# Exercise objective
Return every line from the one with "f 125 318 312" through the one with "f 78 280 284", inclusive, exactly as it appears below.

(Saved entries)
────────────────

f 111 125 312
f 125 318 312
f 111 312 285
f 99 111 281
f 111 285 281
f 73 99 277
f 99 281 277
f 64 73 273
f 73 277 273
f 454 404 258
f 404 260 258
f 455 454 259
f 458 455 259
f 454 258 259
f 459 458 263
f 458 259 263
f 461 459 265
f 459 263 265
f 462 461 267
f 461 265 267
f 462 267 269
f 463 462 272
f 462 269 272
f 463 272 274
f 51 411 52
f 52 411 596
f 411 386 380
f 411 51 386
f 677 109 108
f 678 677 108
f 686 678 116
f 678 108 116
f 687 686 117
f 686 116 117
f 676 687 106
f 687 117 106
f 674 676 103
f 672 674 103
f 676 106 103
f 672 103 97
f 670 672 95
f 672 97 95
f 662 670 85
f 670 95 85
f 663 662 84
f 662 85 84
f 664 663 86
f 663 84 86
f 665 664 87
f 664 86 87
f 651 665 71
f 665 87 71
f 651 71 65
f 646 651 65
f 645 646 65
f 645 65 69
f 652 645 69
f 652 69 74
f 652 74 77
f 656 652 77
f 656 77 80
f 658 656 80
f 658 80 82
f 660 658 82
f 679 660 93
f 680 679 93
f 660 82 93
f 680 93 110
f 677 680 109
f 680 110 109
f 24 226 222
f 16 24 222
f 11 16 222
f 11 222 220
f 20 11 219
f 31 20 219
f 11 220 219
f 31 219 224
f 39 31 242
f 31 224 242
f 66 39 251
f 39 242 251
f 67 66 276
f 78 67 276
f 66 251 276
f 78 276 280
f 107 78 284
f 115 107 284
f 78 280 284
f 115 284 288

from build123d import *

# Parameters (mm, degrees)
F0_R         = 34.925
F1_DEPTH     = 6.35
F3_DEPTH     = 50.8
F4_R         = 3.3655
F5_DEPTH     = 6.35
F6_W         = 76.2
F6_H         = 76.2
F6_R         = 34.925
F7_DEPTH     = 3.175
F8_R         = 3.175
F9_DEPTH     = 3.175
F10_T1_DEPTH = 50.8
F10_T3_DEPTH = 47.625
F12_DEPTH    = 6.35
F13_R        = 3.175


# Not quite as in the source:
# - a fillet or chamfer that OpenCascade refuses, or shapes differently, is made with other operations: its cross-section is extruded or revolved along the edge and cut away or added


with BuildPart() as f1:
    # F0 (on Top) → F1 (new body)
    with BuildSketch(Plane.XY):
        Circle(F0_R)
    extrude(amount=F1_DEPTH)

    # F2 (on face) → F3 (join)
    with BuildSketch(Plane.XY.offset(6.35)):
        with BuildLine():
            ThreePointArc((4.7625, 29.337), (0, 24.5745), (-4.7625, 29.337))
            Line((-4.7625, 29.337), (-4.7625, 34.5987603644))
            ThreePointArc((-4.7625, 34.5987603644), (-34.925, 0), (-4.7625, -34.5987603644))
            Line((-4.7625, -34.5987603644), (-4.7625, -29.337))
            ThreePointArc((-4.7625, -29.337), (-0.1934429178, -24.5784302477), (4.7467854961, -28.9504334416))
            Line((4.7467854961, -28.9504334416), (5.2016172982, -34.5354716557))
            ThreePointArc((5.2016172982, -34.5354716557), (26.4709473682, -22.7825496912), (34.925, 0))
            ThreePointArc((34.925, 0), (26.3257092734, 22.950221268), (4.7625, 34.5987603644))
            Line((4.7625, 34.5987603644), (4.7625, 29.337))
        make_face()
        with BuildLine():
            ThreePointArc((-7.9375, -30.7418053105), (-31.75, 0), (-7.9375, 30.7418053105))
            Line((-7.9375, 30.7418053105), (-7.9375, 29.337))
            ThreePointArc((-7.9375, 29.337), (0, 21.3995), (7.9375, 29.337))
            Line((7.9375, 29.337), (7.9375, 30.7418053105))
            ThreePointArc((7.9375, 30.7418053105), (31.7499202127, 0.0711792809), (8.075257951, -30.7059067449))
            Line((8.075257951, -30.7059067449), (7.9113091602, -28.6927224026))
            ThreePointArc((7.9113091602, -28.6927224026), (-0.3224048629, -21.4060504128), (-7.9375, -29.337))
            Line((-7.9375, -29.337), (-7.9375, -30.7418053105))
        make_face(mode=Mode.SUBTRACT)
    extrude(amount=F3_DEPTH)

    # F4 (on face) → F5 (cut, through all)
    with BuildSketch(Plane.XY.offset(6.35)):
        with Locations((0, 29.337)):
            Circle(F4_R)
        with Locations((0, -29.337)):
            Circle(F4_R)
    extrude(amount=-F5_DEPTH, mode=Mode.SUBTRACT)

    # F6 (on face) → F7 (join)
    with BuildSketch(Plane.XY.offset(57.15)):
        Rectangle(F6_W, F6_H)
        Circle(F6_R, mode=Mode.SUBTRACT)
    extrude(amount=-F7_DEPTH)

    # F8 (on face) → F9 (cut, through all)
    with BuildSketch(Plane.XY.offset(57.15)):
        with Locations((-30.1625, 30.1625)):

────────────────

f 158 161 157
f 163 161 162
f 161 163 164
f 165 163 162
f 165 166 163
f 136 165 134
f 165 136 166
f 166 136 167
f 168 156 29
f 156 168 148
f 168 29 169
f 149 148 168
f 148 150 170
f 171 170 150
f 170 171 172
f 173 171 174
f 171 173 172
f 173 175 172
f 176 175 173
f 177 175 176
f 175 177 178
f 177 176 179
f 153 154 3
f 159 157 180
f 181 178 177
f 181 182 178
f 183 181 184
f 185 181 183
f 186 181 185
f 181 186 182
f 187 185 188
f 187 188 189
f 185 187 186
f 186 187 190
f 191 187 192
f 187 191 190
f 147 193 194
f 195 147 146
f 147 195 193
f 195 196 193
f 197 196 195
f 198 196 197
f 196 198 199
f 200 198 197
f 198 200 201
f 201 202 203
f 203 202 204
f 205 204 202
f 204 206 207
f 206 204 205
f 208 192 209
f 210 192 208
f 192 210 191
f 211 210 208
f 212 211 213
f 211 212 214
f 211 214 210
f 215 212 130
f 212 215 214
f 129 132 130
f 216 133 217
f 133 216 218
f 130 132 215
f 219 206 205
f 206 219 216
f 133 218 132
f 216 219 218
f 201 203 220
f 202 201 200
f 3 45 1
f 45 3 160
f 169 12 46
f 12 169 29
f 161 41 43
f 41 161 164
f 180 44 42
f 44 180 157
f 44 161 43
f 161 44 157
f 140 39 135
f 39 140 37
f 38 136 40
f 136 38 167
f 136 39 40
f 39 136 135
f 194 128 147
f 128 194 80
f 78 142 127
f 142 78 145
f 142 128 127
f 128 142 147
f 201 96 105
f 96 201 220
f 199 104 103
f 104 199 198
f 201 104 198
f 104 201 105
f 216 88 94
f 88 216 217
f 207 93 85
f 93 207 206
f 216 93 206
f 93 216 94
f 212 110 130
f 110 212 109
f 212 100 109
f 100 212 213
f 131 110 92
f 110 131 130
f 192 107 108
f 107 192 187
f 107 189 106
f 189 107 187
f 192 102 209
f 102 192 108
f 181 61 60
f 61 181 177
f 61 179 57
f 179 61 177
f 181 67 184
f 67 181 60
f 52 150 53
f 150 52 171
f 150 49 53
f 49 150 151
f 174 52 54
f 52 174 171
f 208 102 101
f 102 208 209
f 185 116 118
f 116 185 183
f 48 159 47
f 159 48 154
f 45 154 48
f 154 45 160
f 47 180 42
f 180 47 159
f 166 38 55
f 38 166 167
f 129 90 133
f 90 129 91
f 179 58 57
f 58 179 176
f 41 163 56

────────────────

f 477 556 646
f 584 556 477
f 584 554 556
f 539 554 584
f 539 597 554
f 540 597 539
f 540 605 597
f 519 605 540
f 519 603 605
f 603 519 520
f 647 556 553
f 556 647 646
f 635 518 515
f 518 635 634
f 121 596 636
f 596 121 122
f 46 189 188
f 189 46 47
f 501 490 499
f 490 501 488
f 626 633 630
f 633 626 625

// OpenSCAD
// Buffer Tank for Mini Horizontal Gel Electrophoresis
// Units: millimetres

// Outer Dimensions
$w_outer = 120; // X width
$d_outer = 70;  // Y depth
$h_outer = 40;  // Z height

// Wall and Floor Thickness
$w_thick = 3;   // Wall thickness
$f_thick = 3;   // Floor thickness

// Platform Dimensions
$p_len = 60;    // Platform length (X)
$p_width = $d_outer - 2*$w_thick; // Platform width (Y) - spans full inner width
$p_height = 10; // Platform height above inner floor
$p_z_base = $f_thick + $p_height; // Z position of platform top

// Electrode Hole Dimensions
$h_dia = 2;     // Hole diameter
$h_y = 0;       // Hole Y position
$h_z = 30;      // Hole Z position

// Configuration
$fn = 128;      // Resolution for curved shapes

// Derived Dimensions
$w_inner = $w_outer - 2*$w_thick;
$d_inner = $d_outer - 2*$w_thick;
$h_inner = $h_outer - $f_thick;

────────────────

# Task response
f 125 318 312
f 111 312 285
f 99 111 281
f 111 285 281
f 73 99 277
f 99 281 277
f 64 73 273
f 73 277 273
f 454 404 258
f 404 260 258
f 455 454 259
f 458 455 259
f 454 258 259
f 459 458 263
f 458 259 263
f 461 459 265
f 459 263 265
f 462 461 267
f 461 265 267
f 462 267 269
f 463 462 272
f 462 269 272
f 463 272 274
f 51 411 52
f 52 411 596
f 411 386 380
f 411 51 386
f 677 109 108
f 678 677 108
f 686 678 116
f 678 108 116
f 687 686 117
f 686 116 117
f 676 687 106
f 687 117 106
f 674 676 103
f 672 674 103
f 676 106 103
f 672 103 97
f 670 672 95
f 672 97 95
f 662 670 85
f 670 95 85
f 663 662 84
f 662 85 84
f 664 663 86
f 663 84 86
f 665 664 87
f 664 86 87
f 651 665 71
f 665 87 71
f 651 71 65
f 646 651 65
f 645 646 65
f 645 65 69
f 652 645 69
f 652 69 74
f 652 74 77
f 656 652 77
f 656 77 80
f 658 656 80
f 658 80 82
f 660 658 82
f 679 660 93
f 680 679 93
f 660 82 93
f 680 93 110
f 677 680 109
f 680 110 109
f 24 226 222
f 16 24 222
f 11 16 222
f 11 222 220
f 20 11 219
f 31 20 219
f 11 220 219
f 31 219 224
f 39 31 242
f 31 224 242
f 66 39 251
f 39 242 251
f 67 66 276
f 78 67 276
f 66 251 276
f 78 276 280
f 107 78 284
f 115 107 284
f 78 280 284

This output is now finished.